WHAT YOU ARE ASKED TO DO -
Could you return every line of the records below that contains the word "amount"?

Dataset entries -
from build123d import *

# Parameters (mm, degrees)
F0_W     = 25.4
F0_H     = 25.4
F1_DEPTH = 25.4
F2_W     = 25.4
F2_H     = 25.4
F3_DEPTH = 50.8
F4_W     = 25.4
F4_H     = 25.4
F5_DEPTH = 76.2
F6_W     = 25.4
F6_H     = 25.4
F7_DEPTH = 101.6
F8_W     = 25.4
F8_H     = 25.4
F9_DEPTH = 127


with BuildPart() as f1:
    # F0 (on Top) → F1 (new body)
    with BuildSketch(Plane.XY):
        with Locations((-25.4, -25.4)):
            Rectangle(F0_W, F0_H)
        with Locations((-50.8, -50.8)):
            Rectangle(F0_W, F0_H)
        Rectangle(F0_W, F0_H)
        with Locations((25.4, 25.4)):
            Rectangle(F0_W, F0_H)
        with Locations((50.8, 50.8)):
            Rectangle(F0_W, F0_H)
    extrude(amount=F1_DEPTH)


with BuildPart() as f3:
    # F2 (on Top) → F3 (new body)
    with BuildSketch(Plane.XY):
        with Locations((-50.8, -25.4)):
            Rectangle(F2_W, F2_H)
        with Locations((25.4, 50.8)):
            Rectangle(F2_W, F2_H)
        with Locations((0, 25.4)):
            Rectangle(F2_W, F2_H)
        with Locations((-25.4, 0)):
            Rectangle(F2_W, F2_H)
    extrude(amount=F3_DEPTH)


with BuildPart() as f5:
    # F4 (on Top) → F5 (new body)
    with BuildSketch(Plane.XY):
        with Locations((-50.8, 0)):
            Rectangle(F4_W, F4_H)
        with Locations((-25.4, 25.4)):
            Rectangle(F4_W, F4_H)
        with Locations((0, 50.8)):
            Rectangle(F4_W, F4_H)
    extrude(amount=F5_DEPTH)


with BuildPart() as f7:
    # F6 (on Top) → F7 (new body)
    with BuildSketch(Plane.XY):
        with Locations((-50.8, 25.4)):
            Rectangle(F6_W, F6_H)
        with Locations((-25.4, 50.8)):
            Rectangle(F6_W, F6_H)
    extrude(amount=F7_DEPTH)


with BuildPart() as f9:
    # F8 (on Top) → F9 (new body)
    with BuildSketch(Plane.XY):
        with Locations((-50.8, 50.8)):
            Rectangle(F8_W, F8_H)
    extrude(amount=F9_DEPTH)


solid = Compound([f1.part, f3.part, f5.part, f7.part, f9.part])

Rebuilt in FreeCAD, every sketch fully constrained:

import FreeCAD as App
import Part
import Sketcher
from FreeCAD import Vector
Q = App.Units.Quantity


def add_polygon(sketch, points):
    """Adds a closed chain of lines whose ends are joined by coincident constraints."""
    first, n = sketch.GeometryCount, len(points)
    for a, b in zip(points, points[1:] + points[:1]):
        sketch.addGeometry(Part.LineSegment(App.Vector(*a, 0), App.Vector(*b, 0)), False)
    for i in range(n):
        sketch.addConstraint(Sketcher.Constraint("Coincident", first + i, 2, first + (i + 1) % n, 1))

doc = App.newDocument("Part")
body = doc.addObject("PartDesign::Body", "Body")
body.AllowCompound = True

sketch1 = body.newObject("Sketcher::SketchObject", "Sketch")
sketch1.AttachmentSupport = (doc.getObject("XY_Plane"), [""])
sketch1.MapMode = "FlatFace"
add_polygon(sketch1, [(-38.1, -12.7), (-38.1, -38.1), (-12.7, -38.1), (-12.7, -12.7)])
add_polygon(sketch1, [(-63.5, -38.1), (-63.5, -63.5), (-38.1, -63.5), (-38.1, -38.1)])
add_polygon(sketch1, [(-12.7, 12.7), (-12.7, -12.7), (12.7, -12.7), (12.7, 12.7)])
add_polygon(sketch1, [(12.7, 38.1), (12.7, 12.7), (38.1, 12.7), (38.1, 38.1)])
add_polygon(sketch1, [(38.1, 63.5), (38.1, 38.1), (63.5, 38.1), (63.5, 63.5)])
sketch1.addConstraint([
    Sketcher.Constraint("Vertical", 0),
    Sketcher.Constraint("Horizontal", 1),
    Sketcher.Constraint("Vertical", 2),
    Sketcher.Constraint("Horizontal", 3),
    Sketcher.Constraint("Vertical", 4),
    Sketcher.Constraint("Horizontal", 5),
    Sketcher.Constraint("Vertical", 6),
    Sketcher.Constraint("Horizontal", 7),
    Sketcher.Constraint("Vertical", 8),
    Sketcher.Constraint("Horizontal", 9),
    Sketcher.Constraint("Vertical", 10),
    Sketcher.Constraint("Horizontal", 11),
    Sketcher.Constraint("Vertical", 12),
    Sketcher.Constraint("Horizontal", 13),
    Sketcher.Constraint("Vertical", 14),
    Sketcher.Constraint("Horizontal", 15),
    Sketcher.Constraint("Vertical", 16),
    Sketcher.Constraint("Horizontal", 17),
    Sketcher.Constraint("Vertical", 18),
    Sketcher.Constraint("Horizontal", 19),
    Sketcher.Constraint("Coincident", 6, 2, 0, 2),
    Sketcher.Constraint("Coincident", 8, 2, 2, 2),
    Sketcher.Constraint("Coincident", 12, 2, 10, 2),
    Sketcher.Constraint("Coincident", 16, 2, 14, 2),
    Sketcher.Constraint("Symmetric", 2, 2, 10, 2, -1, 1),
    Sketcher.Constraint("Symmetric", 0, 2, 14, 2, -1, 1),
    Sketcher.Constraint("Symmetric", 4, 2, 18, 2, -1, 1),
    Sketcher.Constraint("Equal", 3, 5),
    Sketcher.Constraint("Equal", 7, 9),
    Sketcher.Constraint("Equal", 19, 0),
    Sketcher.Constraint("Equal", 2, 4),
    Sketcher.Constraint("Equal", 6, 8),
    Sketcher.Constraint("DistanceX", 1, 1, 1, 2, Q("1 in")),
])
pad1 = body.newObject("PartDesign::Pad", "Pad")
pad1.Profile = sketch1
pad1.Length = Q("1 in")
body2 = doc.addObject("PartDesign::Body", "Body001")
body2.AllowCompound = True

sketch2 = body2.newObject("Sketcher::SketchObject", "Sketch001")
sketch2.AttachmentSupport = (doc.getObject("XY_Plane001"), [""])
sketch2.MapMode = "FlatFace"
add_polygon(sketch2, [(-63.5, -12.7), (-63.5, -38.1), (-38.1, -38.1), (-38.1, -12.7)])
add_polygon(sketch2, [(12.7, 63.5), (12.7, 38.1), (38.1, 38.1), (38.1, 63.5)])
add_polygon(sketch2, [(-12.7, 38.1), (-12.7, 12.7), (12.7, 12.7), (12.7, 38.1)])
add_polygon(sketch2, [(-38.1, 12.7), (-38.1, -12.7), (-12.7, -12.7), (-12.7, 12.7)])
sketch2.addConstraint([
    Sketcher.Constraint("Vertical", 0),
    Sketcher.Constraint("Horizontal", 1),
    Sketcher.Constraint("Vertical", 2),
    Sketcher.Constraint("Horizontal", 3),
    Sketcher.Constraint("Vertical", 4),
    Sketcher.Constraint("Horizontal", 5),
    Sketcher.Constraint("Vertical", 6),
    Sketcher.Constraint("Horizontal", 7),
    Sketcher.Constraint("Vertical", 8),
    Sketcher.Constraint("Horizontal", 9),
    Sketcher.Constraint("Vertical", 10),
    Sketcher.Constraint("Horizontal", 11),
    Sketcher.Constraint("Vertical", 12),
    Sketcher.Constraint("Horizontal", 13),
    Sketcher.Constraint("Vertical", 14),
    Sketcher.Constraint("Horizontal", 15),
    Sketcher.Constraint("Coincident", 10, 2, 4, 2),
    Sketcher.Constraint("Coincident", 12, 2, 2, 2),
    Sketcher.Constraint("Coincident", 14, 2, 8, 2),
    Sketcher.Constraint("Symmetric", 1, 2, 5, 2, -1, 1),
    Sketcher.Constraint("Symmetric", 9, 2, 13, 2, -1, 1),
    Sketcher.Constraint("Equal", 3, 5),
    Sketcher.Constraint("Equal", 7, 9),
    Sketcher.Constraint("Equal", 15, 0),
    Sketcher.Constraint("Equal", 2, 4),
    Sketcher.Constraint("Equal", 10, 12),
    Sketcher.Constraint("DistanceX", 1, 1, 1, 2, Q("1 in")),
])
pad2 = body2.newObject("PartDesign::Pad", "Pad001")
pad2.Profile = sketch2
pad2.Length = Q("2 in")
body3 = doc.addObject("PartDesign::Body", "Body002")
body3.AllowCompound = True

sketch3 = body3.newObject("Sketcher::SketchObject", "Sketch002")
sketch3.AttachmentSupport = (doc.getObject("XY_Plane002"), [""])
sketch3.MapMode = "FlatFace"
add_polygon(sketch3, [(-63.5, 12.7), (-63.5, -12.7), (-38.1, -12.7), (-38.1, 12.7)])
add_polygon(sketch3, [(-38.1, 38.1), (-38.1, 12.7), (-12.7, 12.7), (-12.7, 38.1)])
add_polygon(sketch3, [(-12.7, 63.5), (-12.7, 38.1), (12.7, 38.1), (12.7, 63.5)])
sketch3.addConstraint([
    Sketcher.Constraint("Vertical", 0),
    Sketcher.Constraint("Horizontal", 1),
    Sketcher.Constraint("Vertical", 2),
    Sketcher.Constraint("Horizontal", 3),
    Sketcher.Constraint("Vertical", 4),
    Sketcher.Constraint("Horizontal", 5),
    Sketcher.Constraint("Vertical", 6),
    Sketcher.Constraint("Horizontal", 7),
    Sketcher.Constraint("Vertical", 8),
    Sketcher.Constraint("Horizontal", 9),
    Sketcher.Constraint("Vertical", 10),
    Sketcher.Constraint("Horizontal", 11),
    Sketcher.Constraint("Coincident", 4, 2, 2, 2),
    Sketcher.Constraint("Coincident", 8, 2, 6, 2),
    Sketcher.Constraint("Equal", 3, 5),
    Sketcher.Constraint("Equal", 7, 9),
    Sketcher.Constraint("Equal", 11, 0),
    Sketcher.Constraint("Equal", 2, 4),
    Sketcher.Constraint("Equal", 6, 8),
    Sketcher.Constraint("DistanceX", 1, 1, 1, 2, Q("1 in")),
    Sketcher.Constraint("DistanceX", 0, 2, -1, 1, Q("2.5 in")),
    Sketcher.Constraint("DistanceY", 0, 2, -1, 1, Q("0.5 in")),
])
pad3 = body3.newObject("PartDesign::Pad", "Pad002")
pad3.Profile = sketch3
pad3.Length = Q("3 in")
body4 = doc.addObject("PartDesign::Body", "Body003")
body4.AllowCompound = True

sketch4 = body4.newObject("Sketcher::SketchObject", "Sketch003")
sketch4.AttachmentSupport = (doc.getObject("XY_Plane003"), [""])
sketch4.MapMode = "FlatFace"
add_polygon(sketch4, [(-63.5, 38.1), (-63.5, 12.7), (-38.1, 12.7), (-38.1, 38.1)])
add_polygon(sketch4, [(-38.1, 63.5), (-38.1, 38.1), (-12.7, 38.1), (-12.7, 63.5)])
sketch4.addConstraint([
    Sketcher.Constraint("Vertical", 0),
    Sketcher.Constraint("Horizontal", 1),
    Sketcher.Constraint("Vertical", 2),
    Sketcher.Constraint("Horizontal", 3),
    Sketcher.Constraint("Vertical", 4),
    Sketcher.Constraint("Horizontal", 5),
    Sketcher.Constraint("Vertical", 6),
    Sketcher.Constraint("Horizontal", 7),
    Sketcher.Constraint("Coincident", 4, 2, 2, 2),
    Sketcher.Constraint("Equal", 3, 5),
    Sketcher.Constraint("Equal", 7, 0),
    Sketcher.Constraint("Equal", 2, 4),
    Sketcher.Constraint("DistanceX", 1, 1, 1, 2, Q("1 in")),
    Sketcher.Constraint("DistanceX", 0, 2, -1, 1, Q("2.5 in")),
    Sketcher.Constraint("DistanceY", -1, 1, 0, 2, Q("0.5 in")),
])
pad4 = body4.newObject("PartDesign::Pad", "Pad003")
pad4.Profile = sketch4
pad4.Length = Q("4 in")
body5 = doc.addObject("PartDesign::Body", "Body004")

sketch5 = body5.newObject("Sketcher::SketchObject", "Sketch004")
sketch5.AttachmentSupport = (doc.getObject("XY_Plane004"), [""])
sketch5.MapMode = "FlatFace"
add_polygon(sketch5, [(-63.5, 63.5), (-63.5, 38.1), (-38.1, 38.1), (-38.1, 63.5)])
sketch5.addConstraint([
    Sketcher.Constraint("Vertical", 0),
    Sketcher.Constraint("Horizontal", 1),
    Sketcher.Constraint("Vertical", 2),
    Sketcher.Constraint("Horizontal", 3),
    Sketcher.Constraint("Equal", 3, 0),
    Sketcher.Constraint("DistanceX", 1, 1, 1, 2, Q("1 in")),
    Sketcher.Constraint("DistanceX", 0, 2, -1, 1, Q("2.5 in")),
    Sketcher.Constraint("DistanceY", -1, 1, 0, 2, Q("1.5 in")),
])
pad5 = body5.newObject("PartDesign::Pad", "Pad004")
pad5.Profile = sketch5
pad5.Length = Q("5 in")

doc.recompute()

TASK SOLUTION -
    extrude(amount=F1_DEPTH)
    extrude(amount=F3_DEPTH)
    extrude(amount=F5_DEPTH)
    extrude(amount=F7_DEPTH)
    extrude(amount=F9_DEPTH)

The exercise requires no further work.